** Exercise aim **
Within the data that follows, set down exactly the lines from the one containing "face PLANE(AX(P(60,0,5),D(-1,0,0),D(0,1,0))) rev" through the one containing "The same part", both ends included.

[[ Data supplied, beginning ]]

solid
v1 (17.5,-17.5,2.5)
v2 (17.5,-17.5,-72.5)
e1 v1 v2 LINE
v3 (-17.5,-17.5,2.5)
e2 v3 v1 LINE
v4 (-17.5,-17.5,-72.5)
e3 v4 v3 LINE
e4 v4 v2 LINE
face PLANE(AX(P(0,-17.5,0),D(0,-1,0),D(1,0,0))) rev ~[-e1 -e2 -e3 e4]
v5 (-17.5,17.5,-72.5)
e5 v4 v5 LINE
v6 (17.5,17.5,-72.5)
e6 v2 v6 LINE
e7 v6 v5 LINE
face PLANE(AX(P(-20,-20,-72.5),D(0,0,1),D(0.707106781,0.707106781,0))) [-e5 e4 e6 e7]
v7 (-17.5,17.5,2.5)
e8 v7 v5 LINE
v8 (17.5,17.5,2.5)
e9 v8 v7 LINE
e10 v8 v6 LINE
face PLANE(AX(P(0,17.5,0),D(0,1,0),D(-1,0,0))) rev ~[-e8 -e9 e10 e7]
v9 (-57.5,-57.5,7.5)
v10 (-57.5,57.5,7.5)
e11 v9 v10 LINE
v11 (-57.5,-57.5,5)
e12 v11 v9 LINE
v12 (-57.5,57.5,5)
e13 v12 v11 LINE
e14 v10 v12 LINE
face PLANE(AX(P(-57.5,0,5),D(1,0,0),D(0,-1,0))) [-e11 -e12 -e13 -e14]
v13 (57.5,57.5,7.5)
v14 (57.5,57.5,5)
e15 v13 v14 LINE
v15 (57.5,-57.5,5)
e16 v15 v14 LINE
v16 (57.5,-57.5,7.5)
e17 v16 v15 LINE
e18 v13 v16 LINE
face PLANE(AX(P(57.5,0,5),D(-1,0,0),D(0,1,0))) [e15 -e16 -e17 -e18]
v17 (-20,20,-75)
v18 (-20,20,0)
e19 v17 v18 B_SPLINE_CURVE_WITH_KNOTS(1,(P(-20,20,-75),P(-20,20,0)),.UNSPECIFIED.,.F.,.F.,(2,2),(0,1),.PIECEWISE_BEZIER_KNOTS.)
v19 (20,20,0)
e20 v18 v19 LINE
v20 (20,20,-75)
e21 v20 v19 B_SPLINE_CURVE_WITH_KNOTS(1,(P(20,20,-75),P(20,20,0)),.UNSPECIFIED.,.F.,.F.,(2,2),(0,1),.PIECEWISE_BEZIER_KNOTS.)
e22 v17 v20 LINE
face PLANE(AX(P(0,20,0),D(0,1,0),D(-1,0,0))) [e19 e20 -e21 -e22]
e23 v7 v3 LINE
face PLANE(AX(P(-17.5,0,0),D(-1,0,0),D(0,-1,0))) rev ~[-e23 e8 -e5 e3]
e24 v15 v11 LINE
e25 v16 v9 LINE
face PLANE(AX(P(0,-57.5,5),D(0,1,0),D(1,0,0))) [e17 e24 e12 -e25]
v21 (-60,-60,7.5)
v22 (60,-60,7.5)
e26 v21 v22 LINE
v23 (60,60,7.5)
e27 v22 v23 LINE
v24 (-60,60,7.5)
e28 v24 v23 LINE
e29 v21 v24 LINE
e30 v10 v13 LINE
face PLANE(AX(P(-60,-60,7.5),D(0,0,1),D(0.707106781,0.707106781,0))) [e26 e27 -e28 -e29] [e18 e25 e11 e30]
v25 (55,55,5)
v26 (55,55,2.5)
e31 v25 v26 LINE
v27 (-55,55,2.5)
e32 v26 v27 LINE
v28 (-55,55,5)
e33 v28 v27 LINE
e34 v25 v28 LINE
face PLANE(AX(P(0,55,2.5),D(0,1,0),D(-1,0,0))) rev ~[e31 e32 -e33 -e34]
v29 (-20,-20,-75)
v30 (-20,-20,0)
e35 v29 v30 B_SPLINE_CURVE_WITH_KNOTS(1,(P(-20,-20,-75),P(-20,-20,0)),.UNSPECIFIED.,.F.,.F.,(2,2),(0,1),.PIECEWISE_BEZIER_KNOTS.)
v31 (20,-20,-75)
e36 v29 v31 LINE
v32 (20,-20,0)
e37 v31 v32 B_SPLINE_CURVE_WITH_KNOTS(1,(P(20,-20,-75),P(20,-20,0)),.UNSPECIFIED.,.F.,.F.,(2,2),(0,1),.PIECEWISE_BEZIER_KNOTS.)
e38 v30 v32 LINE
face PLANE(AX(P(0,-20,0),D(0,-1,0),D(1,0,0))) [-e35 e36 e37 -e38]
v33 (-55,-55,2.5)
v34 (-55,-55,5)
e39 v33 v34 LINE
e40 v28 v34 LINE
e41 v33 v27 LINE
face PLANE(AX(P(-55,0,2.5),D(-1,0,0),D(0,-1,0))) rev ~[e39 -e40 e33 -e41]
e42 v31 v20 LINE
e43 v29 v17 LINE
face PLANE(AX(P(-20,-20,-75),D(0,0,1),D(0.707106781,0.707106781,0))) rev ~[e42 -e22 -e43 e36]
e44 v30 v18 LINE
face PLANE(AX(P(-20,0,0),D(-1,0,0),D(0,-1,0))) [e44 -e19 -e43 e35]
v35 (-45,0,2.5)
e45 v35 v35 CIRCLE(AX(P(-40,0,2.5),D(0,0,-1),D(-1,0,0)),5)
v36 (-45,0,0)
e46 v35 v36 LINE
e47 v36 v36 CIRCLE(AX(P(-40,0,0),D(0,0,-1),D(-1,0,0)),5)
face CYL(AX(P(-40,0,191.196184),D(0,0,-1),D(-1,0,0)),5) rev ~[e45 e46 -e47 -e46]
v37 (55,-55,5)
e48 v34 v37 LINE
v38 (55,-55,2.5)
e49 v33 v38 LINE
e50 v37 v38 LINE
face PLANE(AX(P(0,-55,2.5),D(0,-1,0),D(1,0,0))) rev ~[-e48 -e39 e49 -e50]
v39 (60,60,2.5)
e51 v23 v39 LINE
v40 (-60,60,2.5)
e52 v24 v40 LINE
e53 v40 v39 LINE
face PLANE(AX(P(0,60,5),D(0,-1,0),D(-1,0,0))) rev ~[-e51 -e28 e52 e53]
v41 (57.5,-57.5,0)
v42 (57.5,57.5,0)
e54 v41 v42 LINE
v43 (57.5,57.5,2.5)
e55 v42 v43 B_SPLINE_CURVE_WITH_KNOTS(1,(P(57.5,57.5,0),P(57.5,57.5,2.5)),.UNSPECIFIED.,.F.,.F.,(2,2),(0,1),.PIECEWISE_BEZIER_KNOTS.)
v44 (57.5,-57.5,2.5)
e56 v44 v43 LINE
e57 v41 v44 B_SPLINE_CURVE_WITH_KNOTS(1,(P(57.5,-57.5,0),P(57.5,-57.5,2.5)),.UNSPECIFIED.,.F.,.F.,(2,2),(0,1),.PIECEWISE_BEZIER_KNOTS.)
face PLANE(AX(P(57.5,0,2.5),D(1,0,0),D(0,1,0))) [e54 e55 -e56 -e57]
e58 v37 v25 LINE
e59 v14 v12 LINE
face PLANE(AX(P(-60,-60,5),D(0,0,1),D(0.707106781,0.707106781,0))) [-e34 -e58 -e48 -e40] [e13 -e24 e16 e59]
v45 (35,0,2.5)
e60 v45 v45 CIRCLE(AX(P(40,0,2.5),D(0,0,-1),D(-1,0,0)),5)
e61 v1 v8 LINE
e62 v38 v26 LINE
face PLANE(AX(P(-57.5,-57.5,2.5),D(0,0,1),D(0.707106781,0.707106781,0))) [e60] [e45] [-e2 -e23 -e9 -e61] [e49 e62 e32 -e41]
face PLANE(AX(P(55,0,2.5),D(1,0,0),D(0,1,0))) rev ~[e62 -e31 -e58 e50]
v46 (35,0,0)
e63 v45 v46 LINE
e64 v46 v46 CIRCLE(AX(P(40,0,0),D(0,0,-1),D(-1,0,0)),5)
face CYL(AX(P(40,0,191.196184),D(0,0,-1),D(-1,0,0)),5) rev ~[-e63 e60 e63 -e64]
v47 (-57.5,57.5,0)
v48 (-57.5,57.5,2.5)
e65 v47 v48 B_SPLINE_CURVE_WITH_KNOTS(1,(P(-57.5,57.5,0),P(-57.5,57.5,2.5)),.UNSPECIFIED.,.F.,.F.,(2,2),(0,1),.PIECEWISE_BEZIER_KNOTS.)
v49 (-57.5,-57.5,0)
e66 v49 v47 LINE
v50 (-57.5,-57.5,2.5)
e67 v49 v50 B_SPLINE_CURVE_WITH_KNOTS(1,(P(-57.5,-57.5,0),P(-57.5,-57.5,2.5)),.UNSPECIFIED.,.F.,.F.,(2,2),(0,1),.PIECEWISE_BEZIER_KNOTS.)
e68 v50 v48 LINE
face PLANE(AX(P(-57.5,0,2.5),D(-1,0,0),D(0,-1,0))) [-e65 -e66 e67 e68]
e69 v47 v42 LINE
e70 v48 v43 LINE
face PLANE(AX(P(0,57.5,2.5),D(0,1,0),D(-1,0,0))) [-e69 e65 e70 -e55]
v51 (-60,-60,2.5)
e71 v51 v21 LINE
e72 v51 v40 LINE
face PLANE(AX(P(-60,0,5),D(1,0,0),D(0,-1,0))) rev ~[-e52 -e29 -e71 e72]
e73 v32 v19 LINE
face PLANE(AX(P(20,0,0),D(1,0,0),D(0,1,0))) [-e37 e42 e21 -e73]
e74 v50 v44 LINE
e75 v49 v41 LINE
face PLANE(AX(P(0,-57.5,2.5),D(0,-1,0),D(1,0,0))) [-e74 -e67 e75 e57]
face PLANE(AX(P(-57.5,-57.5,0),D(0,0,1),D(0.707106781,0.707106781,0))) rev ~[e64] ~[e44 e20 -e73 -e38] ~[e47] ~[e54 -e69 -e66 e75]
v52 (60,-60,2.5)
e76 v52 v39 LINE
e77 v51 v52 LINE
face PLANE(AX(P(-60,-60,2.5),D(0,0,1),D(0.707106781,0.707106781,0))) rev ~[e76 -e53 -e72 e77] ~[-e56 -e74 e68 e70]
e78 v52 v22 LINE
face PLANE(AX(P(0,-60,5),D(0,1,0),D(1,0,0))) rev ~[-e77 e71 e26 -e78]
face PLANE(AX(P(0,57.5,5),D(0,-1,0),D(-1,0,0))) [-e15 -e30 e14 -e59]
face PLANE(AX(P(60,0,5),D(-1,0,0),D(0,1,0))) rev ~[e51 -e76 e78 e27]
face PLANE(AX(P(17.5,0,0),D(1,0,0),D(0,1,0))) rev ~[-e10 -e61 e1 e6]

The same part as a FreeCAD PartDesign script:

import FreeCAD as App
import Part
import Sketcher

V = App.Vector


def faces_at(feature, points):
    """Names of the faces that lie closest to the given points."""
    faces = feature.Shape.Faces
    near = lambda p: min(range(len(faces)), key=lambda i: faces[i].distToShape(Part.Vertex(*p))[0])
    return sorted({f"Face{near(p) + 1}" for p in points})


def add_polygon(sketch, points):
    """Adds a closed chain of lines whose ends are joined by coincident constraints."""
    first, n = sketch.GeometryCount, len(points)
    for a, b in zip(points, points[1:] + points[:1]):
        sketch.addGeometry(Part.LineSegment(App.Vector(*a, 0), App.Vector(*b, 0)), False)
    for i in range(n):
        sketch.addConstraint(Sketcher.Constraint("Coincident", first + i, 2, first + (i + 1) % n, 1))

doc = App.newDocument("Part")
body = doc.addObject("PartDesign::Body", "Body")

sketch1 = body.newObject("Sketcher::SketchObject", "Sketch")
sketch1.AttachmentSupport = (doc.getObject("XY_Plane"), [""])
sketch1.MapMode = "FlatFace"
sketch1.AttachmentOffset = App.Placement(V(0, 0, -75), App.Rotation())
add_polygon(sketch1, [(-20, 20), (-20, -20), (20, -20), (20, 20)])
sketch1.addConstraint(Sketcher.Constraint("Vertical", 0))
sketch1.addConstraint(Sketcher.Constraint("Horizontal", 1))
sketch1.addConstraint(Sketcher.Constraint("Vertical", 2))
sketch1.addConstraint(Sketcher.Constraint("Horizontal", 3))
sketch1.addConstraint(Sketcher.Constraint("Symmetric", 0, 2, 2, 2, -1, 1))
sketch1.addConstraint(Sketcher.Constraint("Equal", 3, 0))
sketch1.addConstraint(Sketcher.Constraint("DistanceX", 1, 1, 1, 2, 40.0))

sketch2 = body.newObject("Sketcher::SketchObject", "Sketch001")
sketch2.AttachmentSupport = (doc.getObject("XY_Plane"), [""])
sketch2.MapMode = "FlatFace"
add_polygon(sketch2, [(-20, 20), (-20, -20), (20, -20), (20, 20)])
sketch2.addConstraint(Sketcher.Constraint("Vertical", 0))
sketch2.addConstraint(Sketcher.Constraint("Horizontal", 1))
sketch2.addConstraint(Sketcher.Constraint("Vertical", 2))
sketch2.addConstraint(Sketcher.Constraint("Horizontal", 3))
sketch2.addConstraint(Sketcher.Constraint("Symmetric", 0, 2, 2, 2, -1, 1))
sketch2.addConstraint(Sketcher.Constraint("Equal", 3, 0))
sketch2.addConstraint(Sketcher.Constraint("DistanceX", 1, 1, 1, 2, 40.0))

additiveloft = body.newObject("PartDesign::AdditiveLoft", "AdditiveLoft")
additiveloft.Profile = sketch1
additiveloft.Sections = [sketch2]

[[ Data supplied, end ]]

** Solution to this exercise **
face PLANE(AX(P(60,0,5),D(-1,0,0),D(0,1,0))) rev ~[e51 -e76 e78 e27]
face PLANE(AX(P(17.5,0,0),D(1,0,0),D(0,1,0))) rev ~[-e10 -e61 e1 e6]

The same part as a FreeCAD PartDesign script:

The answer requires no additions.